## What the exercise asks
Filter these entries so that only lines with the word "along" remain.

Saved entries
════

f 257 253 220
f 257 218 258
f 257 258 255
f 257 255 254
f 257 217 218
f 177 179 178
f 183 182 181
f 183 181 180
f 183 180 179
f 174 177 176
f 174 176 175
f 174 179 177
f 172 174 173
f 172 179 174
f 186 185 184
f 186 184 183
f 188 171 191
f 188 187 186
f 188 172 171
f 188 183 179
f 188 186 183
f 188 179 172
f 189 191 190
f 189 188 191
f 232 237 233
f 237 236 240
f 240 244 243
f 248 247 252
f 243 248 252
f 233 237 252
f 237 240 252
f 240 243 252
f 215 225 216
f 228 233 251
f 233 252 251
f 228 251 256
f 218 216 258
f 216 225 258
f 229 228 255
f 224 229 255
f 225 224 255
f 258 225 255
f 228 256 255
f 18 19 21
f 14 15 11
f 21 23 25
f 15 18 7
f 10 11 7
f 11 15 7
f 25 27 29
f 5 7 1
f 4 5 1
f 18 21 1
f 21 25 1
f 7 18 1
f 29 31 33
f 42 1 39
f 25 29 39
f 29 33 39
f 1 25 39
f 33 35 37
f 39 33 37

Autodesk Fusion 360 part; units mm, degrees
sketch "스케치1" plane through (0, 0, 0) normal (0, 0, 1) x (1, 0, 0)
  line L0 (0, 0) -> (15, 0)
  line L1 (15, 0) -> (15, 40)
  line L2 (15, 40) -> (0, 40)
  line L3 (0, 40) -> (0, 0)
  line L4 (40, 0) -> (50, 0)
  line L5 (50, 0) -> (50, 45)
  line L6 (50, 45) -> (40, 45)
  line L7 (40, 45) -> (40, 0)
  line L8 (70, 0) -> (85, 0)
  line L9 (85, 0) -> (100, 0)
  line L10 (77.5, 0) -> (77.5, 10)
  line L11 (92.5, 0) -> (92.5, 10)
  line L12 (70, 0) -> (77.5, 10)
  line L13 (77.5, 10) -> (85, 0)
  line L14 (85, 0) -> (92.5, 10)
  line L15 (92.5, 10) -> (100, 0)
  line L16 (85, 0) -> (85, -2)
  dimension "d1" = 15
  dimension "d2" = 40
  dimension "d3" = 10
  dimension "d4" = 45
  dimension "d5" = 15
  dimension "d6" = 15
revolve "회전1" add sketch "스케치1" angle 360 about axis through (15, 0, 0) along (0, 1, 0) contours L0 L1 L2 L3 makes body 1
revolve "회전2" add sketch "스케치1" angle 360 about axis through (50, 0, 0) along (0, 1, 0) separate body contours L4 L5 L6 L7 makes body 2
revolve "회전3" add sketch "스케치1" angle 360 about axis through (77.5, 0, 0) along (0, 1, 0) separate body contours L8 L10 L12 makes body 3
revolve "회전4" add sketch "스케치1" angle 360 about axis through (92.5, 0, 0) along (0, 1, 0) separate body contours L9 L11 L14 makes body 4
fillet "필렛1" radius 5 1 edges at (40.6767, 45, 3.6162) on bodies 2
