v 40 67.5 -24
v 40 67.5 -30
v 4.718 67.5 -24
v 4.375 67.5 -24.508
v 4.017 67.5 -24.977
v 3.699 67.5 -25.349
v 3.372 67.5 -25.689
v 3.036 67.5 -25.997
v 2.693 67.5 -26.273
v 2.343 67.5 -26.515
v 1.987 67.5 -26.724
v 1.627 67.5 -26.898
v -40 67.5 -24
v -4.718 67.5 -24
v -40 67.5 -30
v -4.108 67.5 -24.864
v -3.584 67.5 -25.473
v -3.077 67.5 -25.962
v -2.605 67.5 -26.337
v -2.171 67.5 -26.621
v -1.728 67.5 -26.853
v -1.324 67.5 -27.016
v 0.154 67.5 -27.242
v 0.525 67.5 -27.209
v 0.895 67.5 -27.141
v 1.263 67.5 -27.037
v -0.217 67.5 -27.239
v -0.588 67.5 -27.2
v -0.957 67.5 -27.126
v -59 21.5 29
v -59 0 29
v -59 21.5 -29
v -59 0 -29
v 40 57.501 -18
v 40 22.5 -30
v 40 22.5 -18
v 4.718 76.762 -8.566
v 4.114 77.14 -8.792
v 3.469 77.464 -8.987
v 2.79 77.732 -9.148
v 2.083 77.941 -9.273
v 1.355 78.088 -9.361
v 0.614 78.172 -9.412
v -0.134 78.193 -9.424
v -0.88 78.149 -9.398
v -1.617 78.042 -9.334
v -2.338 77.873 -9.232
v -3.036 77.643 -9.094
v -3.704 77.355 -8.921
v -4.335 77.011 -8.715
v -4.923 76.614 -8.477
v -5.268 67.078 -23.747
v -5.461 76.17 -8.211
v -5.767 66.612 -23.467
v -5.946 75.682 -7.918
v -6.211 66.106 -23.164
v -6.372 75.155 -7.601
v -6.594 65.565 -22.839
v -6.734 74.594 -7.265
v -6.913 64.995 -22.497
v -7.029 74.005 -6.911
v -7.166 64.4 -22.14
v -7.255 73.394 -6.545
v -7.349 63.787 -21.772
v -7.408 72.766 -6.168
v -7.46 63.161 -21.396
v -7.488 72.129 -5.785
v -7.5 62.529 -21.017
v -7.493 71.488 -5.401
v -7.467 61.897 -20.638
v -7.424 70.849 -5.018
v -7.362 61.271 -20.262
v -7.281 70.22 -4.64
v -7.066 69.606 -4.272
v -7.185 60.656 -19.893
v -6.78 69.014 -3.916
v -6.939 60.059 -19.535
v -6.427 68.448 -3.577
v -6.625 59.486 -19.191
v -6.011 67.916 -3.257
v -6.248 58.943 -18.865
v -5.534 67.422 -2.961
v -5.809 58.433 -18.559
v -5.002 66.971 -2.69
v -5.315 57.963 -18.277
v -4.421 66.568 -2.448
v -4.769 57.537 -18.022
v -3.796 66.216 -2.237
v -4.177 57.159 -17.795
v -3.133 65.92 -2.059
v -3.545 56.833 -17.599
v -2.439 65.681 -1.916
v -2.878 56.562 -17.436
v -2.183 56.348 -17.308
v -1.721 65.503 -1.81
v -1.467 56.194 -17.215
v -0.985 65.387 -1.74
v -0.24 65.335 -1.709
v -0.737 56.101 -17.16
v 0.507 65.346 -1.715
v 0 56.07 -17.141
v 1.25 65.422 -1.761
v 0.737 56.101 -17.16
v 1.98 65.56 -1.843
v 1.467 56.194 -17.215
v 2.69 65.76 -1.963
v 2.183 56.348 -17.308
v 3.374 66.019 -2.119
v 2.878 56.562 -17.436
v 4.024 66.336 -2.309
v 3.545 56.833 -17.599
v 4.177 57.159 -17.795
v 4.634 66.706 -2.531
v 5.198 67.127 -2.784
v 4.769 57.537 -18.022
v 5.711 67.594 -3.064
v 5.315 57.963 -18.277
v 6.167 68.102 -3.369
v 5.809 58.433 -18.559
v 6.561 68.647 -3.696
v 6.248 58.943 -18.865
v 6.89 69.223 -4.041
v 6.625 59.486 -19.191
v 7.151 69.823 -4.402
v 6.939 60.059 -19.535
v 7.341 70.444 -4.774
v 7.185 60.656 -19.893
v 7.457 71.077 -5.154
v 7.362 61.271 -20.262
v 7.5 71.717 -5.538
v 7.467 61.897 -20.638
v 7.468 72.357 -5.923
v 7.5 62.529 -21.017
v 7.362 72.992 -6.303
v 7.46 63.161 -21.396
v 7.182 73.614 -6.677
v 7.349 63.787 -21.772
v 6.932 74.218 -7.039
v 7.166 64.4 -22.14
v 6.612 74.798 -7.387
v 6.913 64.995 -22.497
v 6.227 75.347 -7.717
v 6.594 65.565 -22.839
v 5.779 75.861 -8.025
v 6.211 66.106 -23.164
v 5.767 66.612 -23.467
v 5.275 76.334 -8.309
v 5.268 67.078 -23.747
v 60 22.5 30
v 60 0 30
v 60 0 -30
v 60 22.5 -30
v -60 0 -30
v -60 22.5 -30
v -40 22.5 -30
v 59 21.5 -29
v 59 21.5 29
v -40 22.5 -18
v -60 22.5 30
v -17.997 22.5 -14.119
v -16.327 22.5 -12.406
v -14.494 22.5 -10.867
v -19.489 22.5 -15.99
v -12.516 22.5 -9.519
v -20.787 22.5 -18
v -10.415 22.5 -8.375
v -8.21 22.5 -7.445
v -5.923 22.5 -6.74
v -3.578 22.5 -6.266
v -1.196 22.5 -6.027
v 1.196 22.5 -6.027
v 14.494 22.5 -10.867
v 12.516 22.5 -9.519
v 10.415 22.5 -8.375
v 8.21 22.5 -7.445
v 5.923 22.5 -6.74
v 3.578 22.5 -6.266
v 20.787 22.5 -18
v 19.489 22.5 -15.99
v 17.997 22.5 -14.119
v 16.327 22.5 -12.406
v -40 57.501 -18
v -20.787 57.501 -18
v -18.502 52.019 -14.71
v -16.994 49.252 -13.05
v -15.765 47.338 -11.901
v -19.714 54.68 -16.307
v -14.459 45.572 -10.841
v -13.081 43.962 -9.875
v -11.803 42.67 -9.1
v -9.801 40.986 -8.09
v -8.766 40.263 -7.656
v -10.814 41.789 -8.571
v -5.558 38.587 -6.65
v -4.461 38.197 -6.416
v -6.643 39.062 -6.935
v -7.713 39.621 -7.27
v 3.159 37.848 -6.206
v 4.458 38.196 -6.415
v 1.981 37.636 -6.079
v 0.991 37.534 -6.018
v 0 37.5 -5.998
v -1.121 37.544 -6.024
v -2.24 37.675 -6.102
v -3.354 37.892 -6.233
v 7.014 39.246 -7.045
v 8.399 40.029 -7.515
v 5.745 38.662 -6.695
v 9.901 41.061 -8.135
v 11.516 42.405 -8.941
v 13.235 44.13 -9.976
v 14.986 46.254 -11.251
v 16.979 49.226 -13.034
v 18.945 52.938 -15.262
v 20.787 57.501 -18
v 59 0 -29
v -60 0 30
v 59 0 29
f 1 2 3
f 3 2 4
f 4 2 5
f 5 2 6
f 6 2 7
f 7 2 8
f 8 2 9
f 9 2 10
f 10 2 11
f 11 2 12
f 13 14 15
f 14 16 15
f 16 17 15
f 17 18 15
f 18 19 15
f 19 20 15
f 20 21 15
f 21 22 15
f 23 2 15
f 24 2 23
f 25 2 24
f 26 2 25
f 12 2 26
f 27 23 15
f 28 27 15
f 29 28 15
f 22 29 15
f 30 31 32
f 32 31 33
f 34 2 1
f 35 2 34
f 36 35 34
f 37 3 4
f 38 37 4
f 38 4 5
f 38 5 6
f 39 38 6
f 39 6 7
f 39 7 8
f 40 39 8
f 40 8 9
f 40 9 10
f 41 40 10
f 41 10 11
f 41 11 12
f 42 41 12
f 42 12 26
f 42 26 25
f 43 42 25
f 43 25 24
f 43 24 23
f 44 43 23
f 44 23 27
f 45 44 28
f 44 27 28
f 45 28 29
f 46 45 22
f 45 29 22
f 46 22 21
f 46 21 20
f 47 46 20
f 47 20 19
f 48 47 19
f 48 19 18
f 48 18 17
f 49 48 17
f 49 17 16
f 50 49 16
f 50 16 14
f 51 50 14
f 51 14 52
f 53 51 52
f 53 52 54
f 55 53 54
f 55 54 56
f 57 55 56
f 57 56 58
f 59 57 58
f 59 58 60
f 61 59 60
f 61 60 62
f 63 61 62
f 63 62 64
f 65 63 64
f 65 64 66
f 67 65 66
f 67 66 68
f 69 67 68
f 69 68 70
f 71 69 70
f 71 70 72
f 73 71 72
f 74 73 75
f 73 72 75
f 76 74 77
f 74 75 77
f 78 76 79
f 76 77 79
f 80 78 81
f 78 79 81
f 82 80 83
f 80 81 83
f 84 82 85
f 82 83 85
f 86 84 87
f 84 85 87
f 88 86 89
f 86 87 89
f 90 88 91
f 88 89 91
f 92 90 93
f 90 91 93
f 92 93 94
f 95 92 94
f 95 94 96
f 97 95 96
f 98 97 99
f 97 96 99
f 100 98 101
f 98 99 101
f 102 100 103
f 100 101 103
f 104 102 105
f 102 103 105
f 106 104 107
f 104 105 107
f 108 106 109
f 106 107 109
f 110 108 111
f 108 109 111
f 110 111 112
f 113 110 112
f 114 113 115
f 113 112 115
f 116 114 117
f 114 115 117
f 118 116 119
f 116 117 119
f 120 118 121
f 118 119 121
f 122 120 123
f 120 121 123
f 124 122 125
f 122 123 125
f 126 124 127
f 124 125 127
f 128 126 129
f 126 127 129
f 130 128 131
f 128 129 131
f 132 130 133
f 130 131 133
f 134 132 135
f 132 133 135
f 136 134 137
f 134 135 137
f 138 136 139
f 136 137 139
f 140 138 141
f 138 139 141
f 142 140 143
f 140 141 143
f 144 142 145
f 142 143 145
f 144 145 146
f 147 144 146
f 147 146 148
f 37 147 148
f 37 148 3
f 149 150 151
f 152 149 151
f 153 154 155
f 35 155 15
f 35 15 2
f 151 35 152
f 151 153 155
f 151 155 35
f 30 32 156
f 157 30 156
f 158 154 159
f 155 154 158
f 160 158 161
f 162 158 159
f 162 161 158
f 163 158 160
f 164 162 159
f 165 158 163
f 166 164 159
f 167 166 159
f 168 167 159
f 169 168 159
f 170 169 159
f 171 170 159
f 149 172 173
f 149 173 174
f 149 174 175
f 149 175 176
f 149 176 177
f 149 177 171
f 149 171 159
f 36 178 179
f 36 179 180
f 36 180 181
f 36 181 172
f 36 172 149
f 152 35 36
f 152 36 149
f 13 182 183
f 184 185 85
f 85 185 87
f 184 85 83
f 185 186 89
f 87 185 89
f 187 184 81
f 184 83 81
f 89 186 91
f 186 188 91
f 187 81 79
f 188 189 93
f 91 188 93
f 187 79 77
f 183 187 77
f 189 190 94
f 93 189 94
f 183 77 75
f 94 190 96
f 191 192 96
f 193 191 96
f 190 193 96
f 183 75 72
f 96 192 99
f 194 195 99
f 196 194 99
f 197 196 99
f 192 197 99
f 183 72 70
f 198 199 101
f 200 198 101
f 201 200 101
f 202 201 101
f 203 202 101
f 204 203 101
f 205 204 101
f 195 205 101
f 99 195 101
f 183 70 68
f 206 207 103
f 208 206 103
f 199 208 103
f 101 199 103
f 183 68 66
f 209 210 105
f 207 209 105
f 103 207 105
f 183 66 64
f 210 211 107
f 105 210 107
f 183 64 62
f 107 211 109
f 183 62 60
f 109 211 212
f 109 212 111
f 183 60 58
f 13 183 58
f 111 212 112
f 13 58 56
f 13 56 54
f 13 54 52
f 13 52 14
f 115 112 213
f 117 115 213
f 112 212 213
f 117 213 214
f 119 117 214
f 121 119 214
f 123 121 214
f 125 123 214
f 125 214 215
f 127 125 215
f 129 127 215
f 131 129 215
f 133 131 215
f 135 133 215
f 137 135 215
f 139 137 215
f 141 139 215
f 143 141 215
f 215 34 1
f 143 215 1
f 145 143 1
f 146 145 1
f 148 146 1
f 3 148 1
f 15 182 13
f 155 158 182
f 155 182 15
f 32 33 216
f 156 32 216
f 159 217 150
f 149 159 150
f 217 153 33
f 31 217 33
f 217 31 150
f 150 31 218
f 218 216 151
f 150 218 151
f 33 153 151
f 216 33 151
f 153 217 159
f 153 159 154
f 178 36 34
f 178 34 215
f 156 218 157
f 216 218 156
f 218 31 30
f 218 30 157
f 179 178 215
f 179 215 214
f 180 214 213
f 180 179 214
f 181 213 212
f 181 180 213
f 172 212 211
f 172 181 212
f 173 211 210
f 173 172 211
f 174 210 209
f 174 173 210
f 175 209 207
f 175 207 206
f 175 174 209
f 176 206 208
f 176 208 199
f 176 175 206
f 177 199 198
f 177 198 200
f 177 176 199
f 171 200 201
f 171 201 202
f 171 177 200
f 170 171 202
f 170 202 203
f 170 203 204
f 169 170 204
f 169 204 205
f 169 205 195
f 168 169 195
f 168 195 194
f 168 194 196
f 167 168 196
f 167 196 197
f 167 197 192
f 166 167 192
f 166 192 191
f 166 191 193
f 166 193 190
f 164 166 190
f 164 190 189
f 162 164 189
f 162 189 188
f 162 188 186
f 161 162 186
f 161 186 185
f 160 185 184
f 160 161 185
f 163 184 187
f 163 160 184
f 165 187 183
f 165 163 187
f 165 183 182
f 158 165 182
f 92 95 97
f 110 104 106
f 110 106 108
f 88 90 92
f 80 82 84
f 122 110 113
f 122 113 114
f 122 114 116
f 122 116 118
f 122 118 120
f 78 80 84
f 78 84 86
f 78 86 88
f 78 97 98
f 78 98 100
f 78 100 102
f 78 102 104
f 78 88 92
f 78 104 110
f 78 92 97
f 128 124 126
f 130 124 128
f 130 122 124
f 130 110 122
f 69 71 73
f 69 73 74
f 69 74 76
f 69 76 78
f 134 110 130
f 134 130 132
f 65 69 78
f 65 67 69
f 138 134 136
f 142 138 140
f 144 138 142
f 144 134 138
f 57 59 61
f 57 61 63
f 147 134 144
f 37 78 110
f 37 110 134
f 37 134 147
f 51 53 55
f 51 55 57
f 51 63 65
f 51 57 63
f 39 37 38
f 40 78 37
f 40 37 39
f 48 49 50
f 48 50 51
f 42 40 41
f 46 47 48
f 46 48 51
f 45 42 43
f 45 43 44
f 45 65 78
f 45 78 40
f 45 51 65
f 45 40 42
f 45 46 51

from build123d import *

# Parameters (mm, degrees)
SKETCH1_W                       = 120
SKETCH1_H                       = 60
BOSS_EXTRUDE1_DEPTH             = 22.5
SHELL1_T                        = -1
BOSS_EXTRUDE2_DEPTH             = 45
CUT_EXTRUDE1_DEPTH              = 125.323167592
BOSS_EXTRUDE3_REACH             = 96.877
SKETCH8_R                       = 7.5
BOSS_EXTRUDE3_DIRECTION_2_DEPTH = 18


with BuildPart() as part:
    # Sketch1 → Boss-Extrude1 (new body)
    with BuildSketch(Plane(origin=(0, 0, 0), x_dir=(1, 0, 0), z_dir=(0, 1, 0))):
        Rectangle(SKETCH1_W, SKETCH1_H)
    extrude(amount=BOSS_EXTRUDE1_DEPTH)

    # Shell1
    shell1_openings = [part.faces().sort_by_distance(p)[0] for p in [
        (0, 0, 0),
    ]]
    offset(amount=SHELL1_T, openings=shell1_openings, kind=Kind.INTERSECTION)

    # Sketch2 → Boss-Extrude2 (add)
    with BuildSketch(Plane(origin=(0, 22.5, 0), x_dir=(1, 0, 0), z_dir=(0, 1, 0))):
        with BuildLine():
            Line((-40, 30), (40, 30))
            Line((40, 30), (40, 18))
            Line((40, 18), (20.787496232, 18))
            ThreePointArc((20.787496232, 18), (0, 5.997500139), (-20.787496232, 18))
            Line((-20.787496232, 18), (-40, 18))
            Line((-40, 18), (-40, 30))
        make_face()
    extrude(amount=BOSS_EXTRUDE2_DEPTH)

    # Sketch3 → Cut-Extrude1 (cut, through all)
    with BuildSketch(Plane(origin=(40, 0, 0), x_dir=(0, 0, -1), z_dir=(1, 0, 0))):
        Polygon((24, 67.5), (5.997500139, 67.5), (5.997500139, 37.5), align=None)
    extrude(amount=-CUT_EXTRUDE1_DEPTH, mode=Mode.SUBTRACT)

    # Sketch8 → Boss-Extrude3 (add, up to next)
    with BuildSketch(Plane(origin=(0, 7.282369087, 12.135596405), x_dir=(1, 0, 0), z_dir=(0, 0.514548292074691, 0.8574614015353803)), mode=Mode.PRIVATE) as boss_extrude3_sk1:
        with Locations((0, 64.397447073)):
            Circle(SKETCH8_R)
    boss_extrude3_tool1 = extrude(boss_extrude3_sk1.sketch, amount=-BOSS_EXTRUDE3_REACH, mode=Mode.PRIVATE) - part.part
    add(boss_extrude3_tool1.solids().sort_by_distance((0, 62.500694, -21))[0])

    # Sketch8 → Boss-Extrude3 direction 2 (add)
    with BuildSketch(Plane(origin=(0, 7.282369087, 12.135596405), x_dir=(1, 0, 0), z_dir=(0, 0.514548292074691, 0.8574614015353803))):
        with Locations((0, 64.397447073)):
            Circle(SKETCH8_R)
    extrude(amount=BOSS_EXTRUDE3_DIRECTION_2_DEPTH)


solid = part.part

════

## Completed exercise
revolve "회전1" add sketch "스케치1" angle 360 about axis through (15, 0, 0) along (0, 1, 0) contours L0 L1 L2 L3 makes body 1
revolve "회전2" add sketch "스케치1" angle 360 about axis through (50, 0, 0) along (0, 1, 0) separate body contours L4 L5 L6 L7 makes body 2
revolve "회전3" add sketch "스케치1" angle 360 about axis through (77.5, 0, 0) along (0, 1, 0) separate body contours L8 L10 L12 makes body 3
revolve "회전4" add sketch "스케치1" angle 360 about axis through (92.5, 0, 0) along (0, 1, 0) separate body contours L9 L11 L14 makes body 4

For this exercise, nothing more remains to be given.